Converting string to byte array in C#

I'm converting something from VB into C#. Having a problem with the syntax of this statement:

if ((searchResult.Properties["user"].Count > 0))
{
    profile.User = System.Text.Encoding.UTF8.GetString(searchResult.Properties["user"][0]);
}

I then see the following errors:

Argument 1: cannot convert from 'object' to 'byte[]'

The best overloaded method match for 'System.Text.Encoding.GetString(byte[])' has some invalid arguments

I tried to fix the code based on this post, but still no success

string User = Encoding.UTF8.GetString("user", 0);

Any suggestions?


If you already have a byte array then you will need to know what type of encoding was used to make it into that byte array.

For example, if the byte array was created like this:

byte[] bytes = Encoding.ASCII.GetBytes(someString);

You will need to turn it back into a string like this:

string someString = Encoding.ASCII.GetString(bytes);

If you can find in the code you inherited, the encoding used to create the byte array then you should be set.


First of all, add the System.Text namespace

using System.Text;

Then use this code

string input = "some text"; 
byte[] array = Encoding.ASCII.GetBytes(input);

Hope to fix it!


Also you can use an Extension Method to add a method to the string type as below:

static class Helper
{
   public static byte[] ToByteArray(this string str)
   {
      return System.Text.Encoding.ASCII.GetBytes(str);
   }
}

And use it like below:

string foo = "bla bla";
byte[] result = foo.ToByteArray();

var result = System.Text.Encoding.Unicode.GetBytes(text);

Encoding.Default should not be used...

Some answers use Encoding.Default, however Microsoft raises a warning against it:

Different computers can use different encodings as the default, and the default encoding can change on a single computer. If you use the Default encoding to encode and decode data streamed between computers or retrieved at different times on the same computer, it may translate that data incorrectly. In addition, the encoding returned by the Default property uses best-fit fallback to map unsupported characters to characters supported by the code page. For these reasons, using the default encoding is not recommended. To ensure that encoded bytes are decoded properly, you should use a Unicode encoding, such as UTF8Encoding or UnicodeEncoding. You could also use a higher-level protocol to ensure that the same format is used for encoding and decoding.

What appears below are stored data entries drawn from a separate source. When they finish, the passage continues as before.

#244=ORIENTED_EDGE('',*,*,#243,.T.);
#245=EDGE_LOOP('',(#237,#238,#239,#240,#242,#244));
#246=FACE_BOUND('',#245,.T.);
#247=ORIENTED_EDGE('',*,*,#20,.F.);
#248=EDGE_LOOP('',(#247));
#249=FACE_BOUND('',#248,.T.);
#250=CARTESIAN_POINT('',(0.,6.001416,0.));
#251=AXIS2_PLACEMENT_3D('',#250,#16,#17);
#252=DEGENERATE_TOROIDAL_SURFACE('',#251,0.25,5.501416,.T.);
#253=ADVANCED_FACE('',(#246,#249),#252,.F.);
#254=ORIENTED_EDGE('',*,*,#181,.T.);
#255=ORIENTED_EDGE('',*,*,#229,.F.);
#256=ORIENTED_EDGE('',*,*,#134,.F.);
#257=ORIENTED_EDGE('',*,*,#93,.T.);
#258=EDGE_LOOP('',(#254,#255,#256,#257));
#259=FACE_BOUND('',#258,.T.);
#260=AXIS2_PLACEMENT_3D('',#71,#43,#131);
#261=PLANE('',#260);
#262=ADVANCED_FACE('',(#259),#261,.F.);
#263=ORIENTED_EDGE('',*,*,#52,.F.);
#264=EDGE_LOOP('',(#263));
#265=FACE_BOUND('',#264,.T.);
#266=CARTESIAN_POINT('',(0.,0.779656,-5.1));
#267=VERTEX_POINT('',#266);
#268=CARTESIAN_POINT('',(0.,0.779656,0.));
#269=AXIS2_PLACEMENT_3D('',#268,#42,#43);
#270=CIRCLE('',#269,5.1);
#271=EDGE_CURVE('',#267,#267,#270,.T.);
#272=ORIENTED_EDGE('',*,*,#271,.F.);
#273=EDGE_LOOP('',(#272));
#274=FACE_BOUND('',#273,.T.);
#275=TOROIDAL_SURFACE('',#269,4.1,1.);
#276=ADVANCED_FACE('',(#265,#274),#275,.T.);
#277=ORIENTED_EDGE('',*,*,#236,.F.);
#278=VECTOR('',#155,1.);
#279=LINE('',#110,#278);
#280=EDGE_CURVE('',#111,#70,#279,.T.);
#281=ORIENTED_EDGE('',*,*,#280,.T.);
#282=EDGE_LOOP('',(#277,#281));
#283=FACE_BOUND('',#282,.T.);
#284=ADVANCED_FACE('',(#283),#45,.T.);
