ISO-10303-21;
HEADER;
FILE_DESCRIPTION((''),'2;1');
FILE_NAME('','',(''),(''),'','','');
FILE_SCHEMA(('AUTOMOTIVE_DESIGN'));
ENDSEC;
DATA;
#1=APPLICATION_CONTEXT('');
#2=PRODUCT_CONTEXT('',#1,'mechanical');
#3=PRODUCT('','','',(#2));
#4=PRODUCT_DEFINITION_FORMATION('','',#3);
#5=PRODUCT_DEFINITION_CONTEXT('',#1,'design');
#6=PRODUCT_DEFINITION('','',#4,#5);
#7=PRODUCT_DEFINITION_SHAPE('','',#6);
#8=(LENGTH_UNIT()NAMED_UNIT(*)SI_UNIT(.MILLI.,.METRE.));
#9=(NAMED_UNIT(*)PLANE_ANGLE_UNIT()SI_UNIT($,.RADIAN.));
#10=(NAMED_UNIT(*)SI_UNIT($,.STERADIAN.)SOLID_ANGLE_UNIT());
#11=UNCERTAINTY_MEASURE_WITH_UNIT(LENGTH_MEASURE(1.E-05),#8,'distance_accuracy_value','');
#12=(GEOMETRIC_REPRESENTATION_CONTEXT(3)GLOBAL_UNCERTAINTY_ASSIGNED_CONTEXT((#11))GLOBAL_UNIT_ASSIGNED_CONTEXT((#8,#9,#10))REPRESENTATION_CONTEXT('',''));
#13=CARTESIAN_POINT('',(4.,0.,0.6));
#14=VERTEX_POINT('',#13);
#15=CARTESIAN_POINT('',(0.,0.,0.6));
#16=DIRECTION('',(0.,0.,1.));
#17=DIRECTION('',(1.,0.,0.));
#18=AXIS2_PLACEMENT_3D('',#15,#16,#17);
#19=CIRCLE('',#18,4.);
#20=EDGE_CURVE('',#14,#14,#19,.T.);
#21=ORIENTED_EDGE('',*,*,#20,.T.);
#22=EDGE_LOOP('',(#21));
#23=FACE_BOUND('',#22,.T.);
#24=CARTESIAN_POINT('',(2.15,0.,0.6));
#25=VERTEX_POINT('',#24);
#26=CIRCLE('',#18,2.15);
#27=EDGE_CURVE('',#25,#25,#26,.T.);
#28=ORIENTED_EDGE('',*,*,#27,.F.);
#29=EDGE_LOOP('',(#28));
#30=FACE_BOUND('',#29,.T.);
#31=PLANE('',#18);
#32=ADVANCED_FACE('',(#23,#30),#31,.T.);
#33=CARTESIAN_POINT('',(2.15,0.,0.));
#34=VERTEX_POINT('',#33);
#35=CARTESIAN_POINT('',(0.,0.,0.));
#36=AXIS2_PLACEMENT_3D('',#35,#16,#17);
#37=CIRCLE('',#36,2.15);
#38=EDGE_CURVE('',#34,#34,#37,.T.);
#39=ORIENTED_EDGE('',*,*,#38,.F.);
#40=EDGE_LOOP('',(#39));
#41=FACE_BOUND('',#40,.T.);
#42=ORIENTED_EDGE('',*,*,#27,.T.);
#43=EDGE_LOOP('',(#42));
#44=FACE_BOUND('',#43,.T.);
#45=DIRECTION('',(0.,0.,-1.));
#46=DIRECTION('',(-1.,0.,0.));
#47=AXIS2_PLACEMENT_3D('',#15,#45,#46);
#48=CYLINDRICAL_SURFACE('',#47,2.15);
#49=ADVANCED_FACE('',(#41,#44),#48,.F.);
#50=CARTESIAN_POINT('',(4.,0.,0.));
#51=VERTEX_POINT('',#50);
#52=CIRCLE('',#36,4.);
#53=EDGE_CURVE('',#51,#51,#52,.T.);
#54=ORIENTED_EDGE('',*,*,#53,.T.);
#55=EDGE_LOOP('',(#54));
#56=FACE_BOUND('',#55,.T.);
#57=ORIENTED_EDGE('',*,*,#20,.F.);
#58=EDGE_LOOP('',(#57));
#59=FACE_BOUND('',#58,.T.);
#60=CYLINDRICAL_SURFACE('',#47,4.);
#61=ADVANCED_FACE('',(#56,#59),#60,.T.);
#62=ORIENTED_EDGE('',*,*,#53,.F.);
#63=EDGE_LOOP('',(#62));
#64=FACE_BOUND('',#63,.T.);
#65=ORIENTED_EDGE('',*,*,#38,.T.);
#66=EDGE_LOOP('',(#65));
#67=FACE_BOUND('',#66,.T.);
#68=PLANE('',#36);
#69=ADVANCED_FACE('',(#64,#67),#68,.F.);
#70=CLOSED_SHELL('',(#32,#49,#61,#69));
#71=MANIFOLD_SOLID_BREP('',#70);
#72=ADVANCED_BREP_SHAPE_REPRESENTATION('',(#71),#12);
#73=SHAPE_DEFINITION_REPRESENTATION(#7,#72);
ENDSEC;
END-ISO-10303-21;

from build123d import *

# Parameters (mm, degrees)
SKETCH1_R           = 4
SKETCH1_R_2         = 2.15
BOSS_EXTRUDE1_DEPTH = 0.6


with BuildPart() as part:
    # Sketch1 → Boss-Extrude1 (new body)
    with BuildSketch(Plane.XY):
        Circle(SKETCH1_R)
        Circle(SKETCH1_R_2, mode=Mode.SUBTRACT)
    extrude(amount=BOSS_EXTRUDE1_DEPTH)


solid = part.part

To check what the default encoding is, use Encoding.Default.WindowsCodePage (1250 in my case - and sadly, there is no predefined class of CP1250 encoding, but the object could be retrieved as Encoding.GetEncoding(1250)).

...UTF-8 encoding should be used instead...

Encoding.ASCII in the most scoring answer is 7bit, so it doesn't work either, in my case:

byte[] pass = Encoding.ASCII.GetBytes("šarže");
Console.WriteLine(Encoding.ASCII.GetString(pass)); // ?ar?e

Following Microsoft's recommendation:

var utf8 = new UTF8Encoding();
byte[] pass = utf8.GetBytes("šarže");
Console.WriteLine(utf8.GetString(pass)); // šarže

Encoding.UTF8 recommended by others is an instance uf UTF-8 encoding and can be also used directly or as

var utf8 = Encoding.UTF8 as UTF8Encoding;

...but it is not used always

Default encoding is misleading: .NET uses UTF-8 everywhere (including strings hardcoded in the source code), but Windows actually uses 2 other non-UTF8 non-standard defaults: ANSI codepage (for GUI apps before .NET) and OEM codepage (aka DOS standard). These differs from country to country (for instance, Windows Czech edition uses CP1250 and CP852) and are oftentimes hardcoded in windows API libraries. So if you just set UTF-8 to console by chcp 65001 (as .NET implicitly does and pretends it is the default) and run some localized command (like ping), it works in English version, but you get tofu text in Czech Republic.

Let me share my real world experience: I created WinForms application customizing git scripts for teachers. The output is obtained on the background anynchronously by a process described by Microsoft as (bold text added by me):

The word "shell" in this context (UseShellExecute) refers to a graphical shell (ANSI CP) (similar to the Windows shell) rather than command shells (for example, bash or sh) (OEM CP) and lets users launch graphical applications or open documents (with messed output in non-US environment).

So effectively GUI defaults to UTF-8, process defaults to CP1250 and console defaults to 852. So the output is in 852 interpreted as UTF-8 interpreted as CP1250. I got tofu text from which I could not deduce the original codepage due to the double conversion. I was pulling my hair for a week to figure out to explicitly set UTF-8 for process script and convert the output from CP1250 to UTF-8 in the main thread. Now it works here in the Eastern Europe, but Western Europe Windows uses 1252. ANSI CP is not determined easily as many commands like systeminfo are also localized and other methods differs from version to version: in such environment displaying national characters reliably is almost unfeasible.

So until the half of 21st century, please DO NOT use any "Default Codepage" and set it explicitly (to UTF-8 if possible).